Dog Dominance Behavior – Dog Park Havoc

By Rena Murray

Dog parks should be delightful places where dogs and their owners can socialize, relax, and play games that their species enjoy, not hotbeds of aggression dog dominance and other bad dog instinctive behavior. Instead, though, the dog park becomes a war zone for many dogs and their owners, an apparent show of the machismo of dog dominance behavior. Dog walkers bring anxious, over-excited, and nervous dogs to the park, usually full of pent-up energy and without prior exercise. Then they let them off leash to run and mix with other dogs at the park. They usually do not know or consider the attitude the dog brings there, if he will cause or attract trouble. Then they often become preoccupied chatting with people they see or on the cell phone… until trouble erupts!

The problem is that the doggie newcomer to the park is now left with the responsibility of finding both psychological challenge and physical release for himself. His choice ways are not always good …

A mentally unchallenged or unstable animal will walk into a group of dogs and try to challenge himself psychologically by asserting himself forcefully over other dogs. That is to be expected, because that is dog instinctive behavior that you will find in the wild in dog packs. Bored, unchallenged dogs determine that they want the same ball, the same frisbee, the same toy …. So they will start fights, frequently among several dogs, and it is hard for inexperienced people to break them up.

So, to avoid dog aggression or dog dominance behavior in a dog park, be sure your dog has had a forty-five minute walk under disciplined circumstances (on a heel) FIRST. That will have satisfied much of his need for physical and psychological challenge. The park should not be his first “release!”

Bring him in the park’s gate or entrance behind you on a heel, so it is apparent to the rest of the dogs that the newcomer is under control and does not need to be shown the rules of the house by THEM. Realize that if your dog is not under control when he comes in, the other dogs will sense this and will seek to control him for you!

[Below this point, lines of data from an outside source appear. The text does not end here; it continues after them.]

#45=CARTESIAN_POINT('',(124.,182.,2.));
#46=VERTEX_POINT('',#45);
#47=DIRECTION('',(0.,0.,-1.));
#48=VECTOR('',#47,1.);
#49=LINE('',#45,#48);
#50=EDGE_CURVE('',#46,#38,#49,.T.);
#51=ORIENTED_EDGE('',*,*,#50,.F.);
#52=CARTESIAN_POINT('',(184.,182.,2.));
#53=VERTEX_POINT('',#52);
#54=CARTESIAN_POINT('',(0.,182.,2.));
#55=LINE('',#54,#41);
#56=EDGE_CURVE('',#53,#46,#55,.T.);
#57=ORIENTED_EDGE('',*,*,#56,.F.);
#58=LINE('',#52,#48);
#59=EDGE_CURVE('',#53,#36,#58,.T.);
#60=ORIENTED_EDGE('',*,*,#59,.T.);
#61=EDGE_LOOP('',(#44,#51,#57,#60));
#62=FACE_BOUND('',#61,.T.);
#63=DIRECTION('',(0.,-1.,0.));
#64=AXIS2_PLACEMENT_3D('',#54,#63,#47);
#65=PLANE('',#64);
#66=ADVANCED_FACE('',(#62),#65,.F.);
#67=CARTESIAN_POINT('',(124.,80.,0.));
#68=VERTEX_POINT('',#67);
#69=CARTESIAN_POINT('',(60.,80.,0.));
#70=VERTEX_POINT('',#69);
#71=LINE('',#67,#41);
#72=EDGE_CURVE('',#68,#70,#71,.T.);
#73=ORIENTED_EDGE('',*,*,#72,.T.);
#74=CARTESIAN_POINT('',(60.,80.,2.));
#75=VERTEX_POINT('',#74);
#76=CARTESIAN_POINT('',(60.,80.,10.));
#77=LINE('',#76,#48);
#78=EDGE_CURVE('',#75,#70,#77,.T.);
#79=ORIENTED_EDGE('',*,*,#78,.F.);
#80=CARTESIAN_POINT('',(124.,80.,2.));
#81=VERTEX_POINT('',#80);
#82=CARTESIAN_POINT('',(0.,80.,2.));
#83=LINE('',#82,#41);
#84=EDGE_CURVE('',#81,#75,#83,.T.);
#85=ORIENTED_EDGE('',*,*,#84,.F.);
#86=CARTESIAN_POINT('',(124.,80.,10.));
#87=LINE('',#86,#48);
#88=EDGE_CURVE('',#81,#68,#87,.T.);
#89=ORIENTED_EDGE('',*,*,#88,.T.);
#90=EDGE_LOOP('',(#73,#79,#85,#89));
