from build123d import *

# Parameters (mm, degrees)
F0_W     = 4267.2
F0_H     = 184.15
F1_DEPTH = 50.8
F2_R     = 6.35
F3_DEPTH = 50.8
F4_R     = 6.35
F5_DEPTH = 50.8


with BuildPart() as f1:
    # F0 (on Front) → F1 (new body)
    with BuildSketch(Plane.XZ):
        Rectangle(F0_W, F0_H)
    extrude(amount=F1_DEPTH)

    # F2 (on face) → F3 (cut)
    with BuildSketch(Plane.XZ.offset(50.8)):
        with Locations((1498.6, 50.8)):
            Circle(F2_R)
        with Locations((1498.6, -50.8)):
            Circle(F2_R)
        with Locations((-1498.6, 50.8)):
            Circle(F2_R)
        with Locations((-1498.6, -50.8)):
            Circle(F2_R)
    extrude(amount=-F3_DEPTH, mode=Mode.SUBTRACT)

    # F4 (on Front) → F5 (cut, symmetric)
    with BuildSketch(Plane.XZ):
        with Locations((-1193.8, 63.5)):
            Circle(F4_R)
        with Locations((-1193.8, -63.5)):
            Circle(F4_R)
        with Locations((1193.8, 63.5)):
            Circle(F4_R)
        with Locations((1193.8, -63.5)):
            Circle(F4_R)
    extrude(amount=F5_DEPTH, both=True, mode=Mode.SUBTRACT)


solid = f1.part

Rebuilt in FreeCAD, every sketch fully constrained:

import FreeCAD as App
import Part
import Sketcher
Q = App.Units.Quantity

doc = App.newDocument("Part")
body = doc.addObject("PartDesign::Body", "Body")

# Sketch on XZ plane
sketch1 = body.newObject("Sketcher::SketchObject", "Sketch")
sketch1.AttachmentSupport = (doc.getObject("XZ_Plane"), [""])
sketch1.MapMode = "FlatFace"
sketch1.addGeometry(Part.LineSegment(App.Vector(-2134, 92, 0), App.Vector(-2134, -92, 0)), False)
sketch1.addGeometry(Part.LineSegment(App.Vector(-2134, -92, 0), App.Vector(2134, -92, 0)), False)
sketch1.addGeometry(Part.LineSegment(App.Vector(2134, -92, 0), App.Vector(2134, 92, 0)), False)
sketch1.addGeometry(Part.LineSegment(App.Vector(2134, 92, 0), App.Vector(-2134, 92, 0)), False)
sketch1.addConstraint(Sketcher.Constraint("Coincident", 0, 2, 1, 1))
sketch1.addConstraint(Sketcher.Constraint("Coincident", 1, 2, 2, 1))
sketch1.addConstraint(Sketcher.Constraint("Coincident", 2, 2, 3, 1))
sketch1.addConstraint(Sketcher.Constraint("Coincident", 3, 2, 0, 1))
sketch1.addConstraint(Sketcher.Constraint("Vertical", 0))
sketch1.addConstraint(Sketcher.Constraint("Horizontal", 1))
sketch1.addConstraint(Sketcher.Constraint("Vertical", 2))
sketch1.addConstraint(Sketcher.Constraint("Horizontal", 3))
sketch1.addConstraint(Sketcher.Constraint("Symmetric", 0, 2, 2, 2, -1, 1))
sketch1.addConstraint(Sketcher.Constraint("DistanceX", 1, 1, 1, 2, Q("168 in")))
sketch1.addConstraint(Sketcher.Constraint("DistanceY", 0, 2, 0, 1, Q("7.25 in")))
pad1 = body.newObject("PartDesign::Pad", "Pad")
pad1.Profile = sketch1
pad1.Length = Q("2 in")

# Sketch on XZ plane
sketch2 = body.newObject("Sketcher::SketchObject", "Sketch001")
sketch2.AttachmentSupport = (doc.getObject("XZ_Plane"), [""])
sketch2.MapMode = "FlatFace"
sketch2.AttachmentOffset = App.Placement(App.Vector(0, 0, 2 * 25.4), App.Rotation())
sketch2.addGeometry(Part.Circle(App.Vector(1499, 51, 0), App.Vector(0, 0, 1), 6), False)
sketch2.addGeometry(Part.Circle(App.Vector(1499, -51, 0), App.Vector(0, 0, 1), 6), False)
sketch2.addGeometry(Part.Circle(App.Vector(-1499, 51, 0), App.Vector(0, 0, 1), 6), False)
sketch2.addGeometry(Part.Circle(App.Vector(-1499, -51, 0), App.Vector(0, 0, 1), 6), False)
sketch2.addConstraint(Sketcher.Constraint("Equal", 0, 1))
sketch2.addConstraint(Sketcher.Constraint("Equal", 1, 2))
sketch2.addConstraint(Sketcher.Constraint("Equal", 2, 3))
sketch2.addConstraint(Sketcher.Constraint("Symmetric", 1, 3, 2, 3, -1, 1))
sketch2.addConstraint(Sketcher.Constraint("Symmetric", 0, 3, 3, 3, -1, 1))
sketch2.addConstraint(Sketcher.Constraint("Symmetric", 0, 3, 2, 3, -2))
sketch2.addConstraint(Sketcher.Constraint("Diameter", 0, Q("0.5 in")))
sketch2.addConstraint(Sketcher.Constraint("DistanceX", -1, 1, 0, 3, Q("59 in")))
sketch2.addConstraint(Sketcher.Constraint("DistanceY", -1, 1, 0, 3, Q("2 in")))
pocket1 = body.newObject("PartDesign::Pocket", "Pocket")
pocket1.Profile = sketch2
pocket1.Length = Q("2 in")

# Sketch on XZ plane
sketch3 = body.newObject("Sketcher::SketchObject", "Sketch002")
sketch3.AttachmentSupport = (doc.getObject("XZ_Plane"), [""])
sketch3.MapMode = "FlatFace"
sketch3.addGeometry(Part.Circle(App.Vector(-1194, 64, 0), App.Vector(0, 0, 1), 6), False)
sketch3.addGeometry(Part.Circle(App.Vector(-1194, -64, 0), App.Vector(0, 0, 1), 6), False)
sketch3.addGeometry(Part.Circle(App.Vector(1194, 64, 0), App.Vector(0, 0, 1), 6), False)
sketch3.addGeometry(Part.Circle(App.Vector(1194, -64, 0), App.Vector(0, 0, 1), 6), False)
sketch3.addConstraint(Sketcher.Constraint("Equal", 0, 1))
sketch3.addConstraint(Sketcher.Constraint("Equal", 1, 2))
sketch3.addConstraint(Sketcher.Constraint("Equal", 2, 3))
sketch3.addConstraint(Sketcher.Constraint("Symmetric", 1, 3, 2, 3, -1, 1))
sketch3.addConstraint(Sketcher.Constraint("Symmetric", 0, 3, 3, 3, -1, 1))
sketch3.addConstraint(Sketcher.Constraint("Symmetric", 0, 3, 2, 3, -2))
sketch3.addConstraint(Sketcher.Constraint("Diameter", 0, Q("0.5 in")))
sketch3.addConstraint(Sketcher.Constraint("DistanceX", 0, 3, -1, 1, Q("47 in")))
sketch3.addConstraint(Sketcher.Constraint("DistanceY", 1, 3, 0, 3, Q("5 in")))
pocket2 = body.newObject("PartDesign::Pocket", "Pocket001")
pocket2.Profile = sketch3
pocket2.Length = Q("4 in")
pocket2.Midplane = True

doc.recompute()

What happens? One dog will pin yours down, and everyone else will want to be sure they have made the “cut it out!” point clear to him. They will nip him and beat him up. Dogs do not put up with instability among the pack. The excited, fearful, and aggressive dogs are the likely ones to be taught a lesson.

I have broken up many a dog fight and will continue to do this when needed. I am reluctant, however, to release HOW in an article or newsletter, because a mistake on your part can lead to nasty results. Meet with a dog behavior modification professional to be shown this.

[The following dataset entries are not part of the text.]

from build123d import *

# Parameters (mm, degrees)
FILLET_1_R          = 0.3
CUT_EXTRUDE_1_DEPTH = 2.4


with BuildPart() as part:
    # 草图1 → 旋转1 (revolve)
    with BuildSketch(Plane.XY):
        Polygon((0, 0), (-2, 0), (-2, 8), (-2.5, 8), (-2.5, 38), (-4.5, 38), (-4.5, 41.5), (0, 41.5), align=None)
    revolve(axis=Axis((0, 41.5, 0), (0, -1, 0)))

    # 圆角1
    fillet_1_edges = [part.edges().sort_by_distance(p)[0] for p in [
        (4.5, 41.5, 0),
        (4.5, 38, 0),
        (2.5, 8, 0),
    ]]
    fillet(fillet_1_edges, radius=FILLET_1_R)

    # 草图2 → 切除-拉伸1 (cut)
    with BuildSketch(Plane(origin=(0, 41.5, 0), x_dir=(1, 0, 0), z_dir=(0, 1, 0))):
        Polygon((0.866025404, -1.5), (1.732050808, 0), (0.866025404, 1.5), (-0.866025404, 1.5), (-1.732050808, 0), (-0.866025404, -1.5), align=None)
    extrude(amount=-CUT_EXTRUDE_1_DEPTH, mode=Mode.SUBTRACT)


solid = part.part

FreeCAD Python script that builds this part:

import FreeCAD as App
import Part
import Sketcher
from FreeCAD import Vector
Q = App.Units.Quantity


def edges_at(feature, points):
    """Names of the edges that pass closest to the given points."""
    edges = feature.Shape.Edges
    near = lambda p: min(range(len(edges)), key=lambda i: edges[i].distToShape(Part.Vertex(*p))[0])
    return sorted({f"Edge{near(p) + 1}" for p in points})


def add_polygon(sketch, points):
    """Adds a closed chain of lines whose ends are joined by coincident constraints."""
    first, n = sketch.GeometryCount, len(points)
    for a, b in zip(points, points[1:] + points[:1]):
        sketch.addGeometry(Part.LineSegment(App.Vector(*a, 0), App.Vector(*b, 0)), False)
    for i in range(n):
        sketch.addConstraint(Sketcher.Constraint("Coincident", first + i, 2, first + (i + 1) % n, 1))

doc = App.newDocument("Part")
params = doc.addObject("Spreadsheet::Sheet", "Params")
for row, (alias, value) in enumerate([
    ("sketch1_width", "2 mm"),
    ("sketch1_height", "30 mm"),
    ("sketch1_height2", "8 mm"),
    ("sketch1_width2", "4.5 mm"),
    ("sketch1_height3", "41.5 mm"),
    ("revolution_angle", "360 deg"),
    ("fillet_radius", "0.3 mm"),
    ("pocket1_length", "2.4 mm"),
], start=1):
    params.set(f"A{row}", alias)
    params.set(f"B{row}", "=" + value)
    params.setAlias(f"B{row}", alias)

body = doc.addObject("PartDesign::Body", "Body")

# Sketch on XY plane
sketch1 = body.newObject("Sketcher::SketchObject", "Sketch")
sketch1.AttachmentSupport = (doc.getObject("XY_Plane"), [""])
sketch1.MapMode = "FlatFace"
add_polygon(sketch1, [(-2, 0), (0, 0), (0, 41.5), (-4.5, 41.5), (-4.5, 38), (-2.5, 38), (-2.5, 8), (-2, 8)])  # lines 0-7
sketch1.addConstraint(Sketcher.Constraint("Horizontal", 0))
sketch1.addConstraint(Sketcher.Constraint("Vertical", 1))
sketch1.addConstraint(Sketcher.Constraint("Horizontal", 2))
sketch1.addConstraint(Sketcher.Constraint("Vertical", 3))
sketch1.addConstraint(Sketcher.Constraint("Horizontal", 4))
sketch1.addConstraint(Sketcher.Constraint("Vertical", 5))
sketch1.addConstraint(Sketcher.Constraint("Horizontal", 6))
sketch1.addConstraint(Sketcher.Constraint("Vertical", 7))
sketch1.addConstraint(Sketcher.Constraint("Coincident", 0, 2, -1, 1))
sketch1.addConstraint(Sketcher.Constraint("Equal", 0, 4))
sketch1.addConstraint(Sketcher.Constraint("DistanceX", 0, 1, 0, 2, 2.0))
sketch1.addConstraint(Sketcher.Constraint("DistanceY", 5, 2, 5, 1, 30.0))
sketch1.addConstraint(Sketcher.Constraint("DistanceY", 7, 2, 7, 1, 8.0))
sketch1.addConstraint(Sketcher.Constraint("DistanceX", 2, 2, 2, 1, 4.5))
sketch1.addConstraint(Sketcher.Constraint("DistanceY", 1, 1, 1, 2, 41.5))
sketch1.setExpression("Constraints[18]", "Params.sketch1_width")
sketch1.setExpression("Constraints[19]", "Params.sketch1_height")
sketch1.setExpression("Constraints[20]", "Params.sketch1_height2")
sketch1.setExpression("Constraints[21]", "Params.sketch1_width2")
sketch1.setExpression("Constraints[22]", "Params.sketch1_height3")
revolution = body.newObject("PartDesign::Revolution", "Revolution")
revolution.Profile = sketch1
revolution.ReferenceAxis = (sketch1, ["V_Axis"])
revolution.setExpression("Angle", "Params.revolution_angle")
doc.recompute()

fillet = body.newObject("PartDesign::Fillet", "Fillet")
fillet.Base = (revolution, edges_at(revolution, [(4.5, 41.5, 0), (4.5, 38, 0), (2.5, 8, 0)]))
fillet.setExpression("Radius", "Params.fillet_radius")

# Sketch on XZ plane
sketch2 = body.newObject("Sketcher::SketchObject", "Sketch001")
sketch2.AttachmentSupport = (doc.getObject("XZ_Plane"), [""])
sketch2.MapMode = "FlatFace"
sketch2.AttachmentOffset = App.Placement(Vector(0, 0, -41.5), App.Rotation())
add_polygon(sketch2, [(0.9, 1.5), (1.7, 0), (0.9, -1.5), (-0.9, -1.5), (-1.7, 0), (-0.9, 1.5)])  # lines 0-5
sketch2.addConstraint(Sketcher.Constraint("Horizontal", 2))
sketch2.addConstraint(Sketcher.Constraint("Horizontal", 5))
sketch2.addConstraint(Sketcher.Constraint("Symmetric", 0, 2, 3, 2, -1, 1))
sketch2.addConstraint(Sketcher.Constraint("Symmetric", 1, 2, 4, 2, -1, 1))
sketch2.addConstraint(Sketcher.Constraint("PointOnObject", 0, 2, -1))
sketch2.addConstraint(Sketcher.Constraint("Parallel", 0, 3))
sketch2.addConstraint(Sketcher.Constraint("Vertical", 2, 2, 4, 2))
sketch2.addConstraint(Sketcher.Constraint("Angle", 0, Q("-60 deg")))
sketch2.addConstraint(Sketcher.Constraint("DistanceY", 2, 2, 4, 2, 3.0))
sketch2.addConstraint(Sketcher.Constraint("DistanceX", 2, 2, 2, 1, 1.732051))
pocket1 = body.newObject("PartDesign::Pocket", "Pocket")
pocket1.Profile = sketch2
pocket1.setExpression("Length", "Params.pocket1_length")
pocket1.Reversed = True

doc.recompute()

However, should you be confronted suddenly with a situation of a mass attack, then move toward the group quickly but calmly, firmly -NOT SHOUTING – with authority saying, “Hey, hey, break it up” (can be any words). The tone is what is important. Shouting will escalate it, and may even cause the mass to turn on you! Done properly, the dogs will either scatter or remain somewhat as a group, but calmed down.

Then the two instigators can be dealt with properly, as the rest just followed along. How to do that is outside the scope of this article but is discussed in “Dog Dominance Behavior – Dog Park Ruckus.”

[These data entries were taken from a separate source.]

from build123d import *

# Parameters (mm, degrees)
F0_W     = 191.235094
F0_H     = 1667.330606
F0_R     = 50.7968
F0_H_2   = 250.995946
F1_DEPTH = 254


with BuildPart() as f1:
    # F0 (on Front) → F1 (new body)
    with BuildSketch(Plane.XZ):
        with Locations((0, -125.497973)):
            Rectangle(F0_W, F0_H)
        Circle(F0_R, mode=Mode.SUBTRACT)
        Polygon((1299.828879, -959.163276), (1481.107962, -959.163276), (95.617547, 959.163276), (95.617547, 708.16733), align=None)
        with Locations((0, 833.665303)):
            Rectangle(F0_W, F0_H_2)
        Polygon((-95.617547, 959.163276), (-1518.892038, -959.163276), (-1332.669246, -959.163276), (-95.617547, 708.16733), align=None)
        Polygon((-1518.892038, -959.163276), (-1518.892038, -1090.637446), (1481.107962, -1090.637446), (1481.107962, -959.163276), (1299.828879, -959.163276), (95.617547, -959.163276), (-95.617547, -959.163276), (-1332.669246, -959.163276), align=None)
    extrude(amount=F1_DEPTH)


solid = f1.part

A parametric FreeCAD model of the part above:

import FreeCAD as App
import Part
import Sketcher

V = App.Vector

doc = App.newDocument("Part")
body = doc.addObject("PartDesign::Body", "Body")

# Sketch on XZ plane
sketch1 = body.newObject("Sketcher::SketchObject", "Sketch")
sketch1.AttachmentSupport = (doc.getObject("XZ_Plane"), [""])
sketch1.MapMode = "FlatFace"
sketch1.addGeometry([
    Part.LineSegment(V(1481.107962, -959.163276, 0), V(95.617547, 959.163276, 0)),  # 0
    Part.LineSegment(V(95.617547, 959.163276, 0), V(-95.617547, 959.163276, 0)),  # 1
    Part.LineSegment(V(-95.617547, 959.163276, 0), V(-1518.892038, -959.163276, 0)),  # 2
    Part.LineSegment(V(-1518.892038, -959.163276, 0), V(-1518.892038, -1090.637446, 0)),  # 3
    Part.LineSegment(V(-1518.892038, -1090.637446, 0), V(1481.107962, -1090.637446, 0)),  # 4
    Part.LineSegment(V(1481.107962, -1090.637446, 0), V(1481.107962, -959.163276, 0)),  # 5
    Part.LineSegment(V(95.617547, -959.163276, 0), V(95.617547, 708.16733, 0)),  # 6
    Part.LineSegment(V(95.617547, 708.16733, 0), V(1299.828879, -959.163276, 0)),  # 7
    Part.LineSegment(V(1299.828879, -959.163276, 0), V(95.617547, -959.163276, 0)),  # 8
    Part.LineSegment(V(-1332.669246, -959.163276, 0), V(-95.617547, 708.16733, 0)),  # 9
    Part.LineSegment(V(-95.617547, 708.16733, 0), V(-95.617547, -959.163276, 0)),  # 10
    Part.LineSegment(V(-95.617547, -959.163276, 0), V(-1332.669246, -959.163276, 0)),  # 11
    Part.Circle(V(0, 0, 0), V(0, 0, 1), 50.7968),  # 12
], False)
sketch1.addConstraint([
    Sketcher.Constraint("Coincident", 0, 2, 1, 1),
    Sketcher.Constraint("Coincident", 1, 2, 2, 1),
    Sketcher.Constraint("Coincident", 2, 2, 3, 1),
    Sketcher.Constraint("Coincident", 3, 2, 4, 1),
    Sketcher.Constraint("Coincident", 4, 2, 5, 1),
    Sketcher.Constraint("Coincident", 5, 2, 0, 1),
    Sketcher.Constraint("Coincident", 6, 2, 7, 1),
    Sketcher.Constraint("Coincident", 7, 2, 8, 1),
    Sketcher.Constraint("Coincident", 8, 2, 6, 1),
    Sketcher.Constraint("Coincident", 9, 2, 10, 1),
    Sketcher.Constraint("Coincident", 10, 2, 11, 1),
    Sketcher.Constraint("Coincident", 11, 2, 9, 1),
    Sketcher.Constraint("Horizontal", 1),
    Sketcher.Constraint("Vertical", 3),
    Sketcher.Constraint("Horizontal", 4),
    Sketcher.Constraint("Vertical", 5),
    Sketcher.Constraint("Vertical", 6),
    Sketcher.Constraint("Horizontal", 8),
    Sketcher.Constraint("Vertical", 10),
    Sketcher.Constraint("Horizontal", 11),
    Sketcher.Constraint("Coincident", 12, 3, -1, 1),
    Sketcher.Constraint("DistanceX", 4, 1, 4, 2, 3000.0),
    Sketcher.Constraint("Diameter", 12, 101.5936),
    Sketcher.Constraint("Distance", 2, 2388.657999),
    Sketcher.Constraint("DistanceX", 11, 2, 11, 1, 1237.051699),
    Sketcher.Constraint("DistanceX", 8, 2, 8, 1, 1204.211332),
    Sketcher.Constraint("DistanceY", 3, 2, 3, 1, 131.47417),
    Sketcher.Constraint("DistanceY", 5, 1, 5, 2, 131.47417),
    Sketcher.Constraint("Distance", 0, 2366.33904),
    Sketcher.Constraint("Distance", 7, 2056.724649),
    Sketcher.Constraint("Distance", 9, 2076.123372),
    Sketcher.Constraint("DistanceX", 1, 2, 1, 1, 191.235094),
    Sketcher.Constraint("DistanceX", 2, 2, -1, 1, 1518.892038),
    Sketcher.Constraint("DistanceY", -1, 1, 6, 2, 708.16733),
    Sketcher.Constraint("DistanceX", -1, 1, 7, 2, 1299.828879),
    Sketcher.Constraint("DistanceY", -1, 1, 9, 2, 708.16733),
    Sketcher.Constraint("DistanceY", 4, 2, 7, 2, 131.47417),
    Sketcher.Constraint("DistanceX", 2, 2, 10, 2, 1423.274491),
])
pad1 = body.newObject("PartDesign::Pad", "Pad")
pad1.Profile = sketch1
pad1.Length = 254

doc.recompute()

Use your common sense, work with your dog before taking him to a park, and avoid the pain and struggle of aggression dog dominance and other dog dominance behavior. Pay attention and exude authority and control as your dog’s pack leader.

GET HELP from Rena Murray at the Dog Obedience Training website. An accomplished Dog Behavior Modification expert, Dog Obedience Trainer, and Platinum Expert Author, Rena provides self-help Articles and free “Best Ezines”-recognized newsletter: PAW PERSUASION POINTERS to help you better understand communication and control of your dogs, debunk dog training myths, explore right and wrong dog training techniques for specific situations, address destructive dog behavior, excessive and obsessive dog behavior, and other canine issues, from new puppy to old dog. Subscribe for free at, visit Rena’s BLOG – , find the dog products, crates, and gifts you need at, and Contact Rena for Coaching .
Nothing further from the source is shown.